What you have to do:
A single number is needed: how many lines of the data hold the word "VECTOR".

Records to use:

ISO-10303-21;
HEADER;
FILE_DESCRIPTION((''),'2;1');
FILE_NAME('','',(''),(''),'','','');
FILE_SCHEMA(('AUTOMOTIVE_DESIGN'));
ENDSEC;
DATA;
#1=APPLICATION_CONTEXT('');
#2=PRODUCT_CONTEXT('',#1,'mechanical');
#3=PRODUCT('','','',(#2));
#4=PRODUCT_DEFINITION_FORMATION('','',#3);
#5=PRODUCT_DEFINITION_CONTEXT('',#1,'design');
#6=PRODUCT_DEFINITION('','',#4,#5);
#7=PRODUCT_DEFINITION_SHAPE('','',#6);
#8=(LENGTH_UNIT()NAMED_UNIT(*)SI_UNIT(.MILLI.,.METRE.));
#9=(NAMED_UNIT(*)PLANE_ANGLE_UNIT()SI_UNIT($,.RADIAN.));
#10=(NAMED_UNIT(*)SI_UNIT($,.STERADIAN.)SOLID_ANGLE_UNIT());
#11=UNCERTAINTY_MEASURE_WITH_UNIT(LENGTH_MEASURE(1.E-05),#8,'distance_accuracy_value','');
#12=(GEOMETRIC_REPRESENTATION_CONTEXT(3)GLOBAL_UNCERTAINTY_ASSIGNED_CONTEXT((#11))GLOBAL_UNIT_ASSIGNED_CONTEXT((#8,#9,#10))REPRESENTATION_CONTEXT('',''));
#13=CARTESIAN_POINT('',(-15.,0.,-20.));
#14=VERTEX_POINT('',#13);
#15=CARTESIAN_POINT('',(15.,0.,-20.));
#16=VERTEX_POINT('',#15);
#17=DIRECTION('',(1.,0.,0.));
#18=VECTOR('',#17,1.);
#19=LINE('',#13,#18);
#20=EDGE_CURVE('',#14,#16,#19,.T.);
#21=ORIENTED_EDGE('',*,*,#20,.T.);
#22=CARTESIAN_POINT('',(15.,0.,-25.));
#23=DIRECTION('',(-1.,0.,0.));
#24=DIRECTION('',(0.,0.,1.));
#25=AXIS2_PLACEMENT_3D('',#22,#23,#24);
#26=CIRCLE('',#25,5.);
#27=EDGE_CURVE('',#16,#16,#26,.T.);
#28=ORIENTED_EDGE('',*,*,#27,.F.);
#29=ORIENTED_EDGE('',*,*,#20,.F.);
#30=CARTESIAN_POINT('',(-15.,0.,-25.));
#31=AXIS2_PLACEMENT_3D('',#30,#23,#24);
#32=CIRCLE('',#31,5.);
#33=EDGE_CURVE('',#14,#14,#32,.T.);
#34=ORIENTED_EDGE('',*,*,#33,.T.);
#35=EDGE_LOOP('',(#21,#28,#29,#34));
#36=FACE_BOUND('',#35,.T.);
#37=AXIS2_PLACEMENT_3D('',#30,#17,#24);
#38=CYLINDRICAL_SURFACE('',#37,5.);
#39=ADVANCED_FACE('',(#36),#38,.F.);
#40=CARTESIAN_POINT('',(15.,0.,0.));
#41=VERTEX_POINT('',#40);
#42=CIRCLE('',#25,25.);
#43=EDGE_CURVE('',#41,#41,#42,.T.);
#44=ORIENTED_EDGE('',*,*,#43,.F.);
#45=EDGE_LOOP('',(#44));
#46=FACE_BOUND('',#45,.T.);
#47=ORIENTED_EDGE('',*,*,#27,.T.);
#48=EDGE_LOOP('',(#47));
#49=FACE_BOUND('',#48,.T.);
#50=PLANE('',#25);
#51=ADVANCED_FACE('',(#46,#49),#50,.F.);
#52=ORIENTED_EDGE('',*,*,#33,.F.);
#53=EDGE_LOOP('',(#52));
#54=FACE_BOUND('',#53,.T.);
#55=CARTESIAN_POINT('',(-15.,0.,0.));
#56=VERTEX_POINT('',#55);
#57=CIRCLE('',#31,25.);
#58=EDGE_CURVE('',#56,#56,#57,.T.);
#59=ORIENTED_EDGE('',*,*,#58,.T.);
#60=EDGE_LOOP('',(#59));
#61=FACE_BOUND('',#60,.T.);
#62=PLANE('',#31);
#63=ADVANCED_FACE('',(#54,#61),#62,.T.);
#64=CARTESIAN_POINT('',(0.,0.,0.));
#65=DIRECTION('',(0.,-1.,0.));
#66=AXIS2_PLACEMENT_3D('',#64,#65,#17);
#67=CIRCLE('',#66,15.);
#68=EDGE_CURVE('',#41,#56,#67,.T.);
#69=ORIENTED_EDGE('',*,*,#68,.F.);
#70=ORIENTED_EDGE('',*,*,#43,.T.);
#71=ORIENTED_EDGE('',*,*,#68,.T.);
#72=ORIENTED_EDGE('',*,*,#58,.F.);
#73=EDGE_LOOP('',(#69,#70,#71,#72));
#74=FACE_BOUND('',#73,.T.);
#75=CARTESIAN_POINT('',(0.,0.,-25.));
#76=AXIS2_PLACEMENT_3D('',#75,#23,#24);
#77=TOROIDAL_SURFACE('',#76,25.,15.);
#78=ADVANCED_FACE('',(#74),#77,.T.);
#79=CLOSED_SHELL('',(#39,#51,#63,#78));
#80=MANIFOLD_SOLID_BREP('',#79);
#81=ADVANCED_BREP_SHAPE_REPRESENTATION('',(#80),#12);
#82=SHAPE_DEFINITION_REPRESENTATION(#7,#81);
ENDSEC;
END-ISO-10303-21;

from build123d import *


with BuildPart() as f1:
    # F0 (on Front) → F1 (revolve)
    with BuildSketch(Plane.XZ):
        with BuildLine():
            Line((15, -20), (15, 0))
            ThreePointArc((15, 0), (0, 15), (-15, 0))
            Line((-15, 0), (-15, -20))
            Line((-15, -20), (15, -20))
        make_face()
    revolve(axis=Axis((-25, 0, -25), (-1, 0, 0)))


solid = f1.part
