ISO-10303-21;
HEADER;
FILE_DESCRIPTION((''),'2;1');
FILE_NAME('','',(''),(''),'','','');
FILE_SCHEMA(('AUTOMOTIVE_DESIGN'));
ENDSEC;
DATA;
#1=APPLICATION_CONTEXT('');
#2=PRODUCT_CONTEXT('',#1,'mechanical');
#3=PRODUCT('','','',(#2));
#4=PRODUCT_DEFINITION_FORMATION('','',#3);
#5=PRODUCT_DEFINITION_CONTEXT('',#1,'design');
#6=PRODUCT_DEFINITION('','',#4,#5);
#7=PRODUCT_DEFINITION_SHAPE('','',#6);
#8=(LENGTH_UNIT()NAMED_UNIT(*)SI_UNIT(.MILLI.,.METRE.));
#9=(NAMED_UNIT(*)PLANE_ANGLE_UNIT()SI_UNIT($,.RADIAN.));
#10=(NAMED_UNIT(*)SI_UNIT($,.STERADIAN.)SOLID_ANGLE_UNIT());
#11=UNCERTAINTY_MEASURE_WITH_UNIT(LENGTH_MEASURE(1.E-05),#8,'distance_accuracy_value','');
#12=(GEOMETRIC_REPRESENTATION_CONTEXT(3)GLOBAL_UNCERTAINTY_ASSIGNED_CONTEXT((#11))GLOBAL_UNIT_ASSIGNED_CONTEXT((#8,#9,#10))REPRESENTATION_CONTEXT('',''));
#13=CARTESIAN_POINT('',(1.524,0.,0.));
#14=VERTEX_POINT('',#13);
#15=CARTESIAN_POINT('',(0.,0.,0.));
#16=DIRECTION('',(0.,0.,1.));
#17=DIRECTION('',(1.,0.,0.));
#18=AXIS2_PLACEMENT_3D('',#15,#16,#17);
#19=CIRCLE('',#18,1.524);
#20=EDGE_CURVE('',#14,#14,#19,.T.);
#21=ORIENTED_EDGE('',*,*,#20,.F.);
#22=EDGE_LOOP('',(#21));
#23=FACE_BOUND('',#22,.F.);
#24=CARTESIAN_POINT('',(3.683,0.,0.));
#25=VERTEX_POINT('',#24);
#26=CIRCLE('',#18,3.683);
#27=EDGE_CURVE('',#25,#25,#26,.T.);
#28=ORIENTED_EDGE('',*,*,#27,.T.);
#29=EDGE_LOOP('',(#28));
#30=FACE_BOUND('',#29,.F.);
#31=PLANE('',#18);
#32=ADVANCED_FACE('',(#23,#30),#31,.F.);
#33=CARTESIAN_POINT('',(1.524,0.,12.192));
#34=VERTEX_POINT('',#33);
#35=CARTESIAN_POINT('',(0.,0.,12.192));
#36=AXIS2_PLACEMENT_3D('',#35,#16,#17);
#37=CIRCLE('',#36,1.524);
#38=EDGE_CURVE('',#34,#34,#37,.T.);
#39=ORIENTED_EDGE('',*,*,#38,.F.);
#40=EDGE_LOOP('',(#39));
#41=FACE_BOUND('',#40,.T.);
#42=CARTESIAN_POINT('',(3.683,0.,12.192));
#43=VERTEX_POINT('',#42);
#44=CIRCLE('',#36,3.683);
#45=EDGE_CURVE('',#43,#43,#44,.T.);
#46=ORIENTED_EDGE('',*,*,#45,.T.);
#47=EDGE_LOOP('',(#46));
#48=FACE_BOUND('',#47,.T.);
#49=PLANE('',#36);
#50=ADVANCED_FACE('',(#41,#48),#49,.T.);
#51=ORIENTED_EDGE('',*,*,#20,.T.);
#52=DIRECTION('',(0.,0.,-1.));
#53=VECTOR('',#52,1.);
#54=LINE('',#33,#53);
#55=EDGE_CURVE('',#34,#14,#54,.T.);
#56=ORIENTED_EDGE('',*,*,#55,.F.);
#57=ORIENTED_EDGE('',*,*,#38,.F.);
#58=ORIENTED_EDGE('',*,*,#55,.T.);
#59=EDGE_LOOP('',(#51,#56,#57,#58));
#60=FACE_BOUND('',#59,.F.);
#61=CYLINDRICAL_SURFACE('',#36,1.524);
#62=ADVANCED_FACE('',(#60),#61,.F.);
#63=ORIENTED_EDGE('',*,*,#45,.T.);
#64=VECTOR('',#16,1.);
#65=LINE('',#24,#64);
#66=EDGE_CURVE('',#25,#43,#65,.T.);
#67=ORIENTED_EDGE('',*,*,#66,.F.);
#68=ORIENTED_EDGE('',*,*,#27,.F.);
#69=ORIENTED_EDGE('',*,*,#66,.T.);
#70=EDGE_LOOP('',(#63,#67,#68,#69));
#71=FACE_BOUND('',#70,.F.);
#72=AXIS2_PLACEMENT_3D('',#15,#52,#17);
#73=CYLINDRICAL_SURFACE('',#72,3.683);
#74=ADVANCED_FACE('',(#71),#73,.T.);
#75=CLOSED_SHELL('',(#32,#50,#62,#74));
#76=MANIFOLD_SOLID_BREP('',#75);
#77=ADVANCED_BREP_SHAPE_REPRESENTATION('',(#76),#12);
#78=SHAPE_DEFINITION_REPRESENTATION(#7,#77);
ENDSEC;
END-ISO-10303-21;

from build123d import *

# Parameters (mm, degrees)
SKETCH_R    = 3.683
PAD_DEPTH   = 12.192
SKETCH001_R = 1.524
HOLE_DEPTH  = 24.9936


with BuildPart() as part:
    # Sketch → Pad (new body)
    with BuildSketch(Plane.XY):
        Circle(SKETCH_R)
    extrude(amount=PAD_DEPTH)

    # Sketch001 (on Face3 of Pad) → Hole (cut)
    with BuildSketch(Plane.XY.offset(12.192)):
        Circle(SKETCH001_R)
    extrude(amount=-HOLE_DEPTH, mode=Mode.SUBTRACT)


solid = part.part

Task response:
3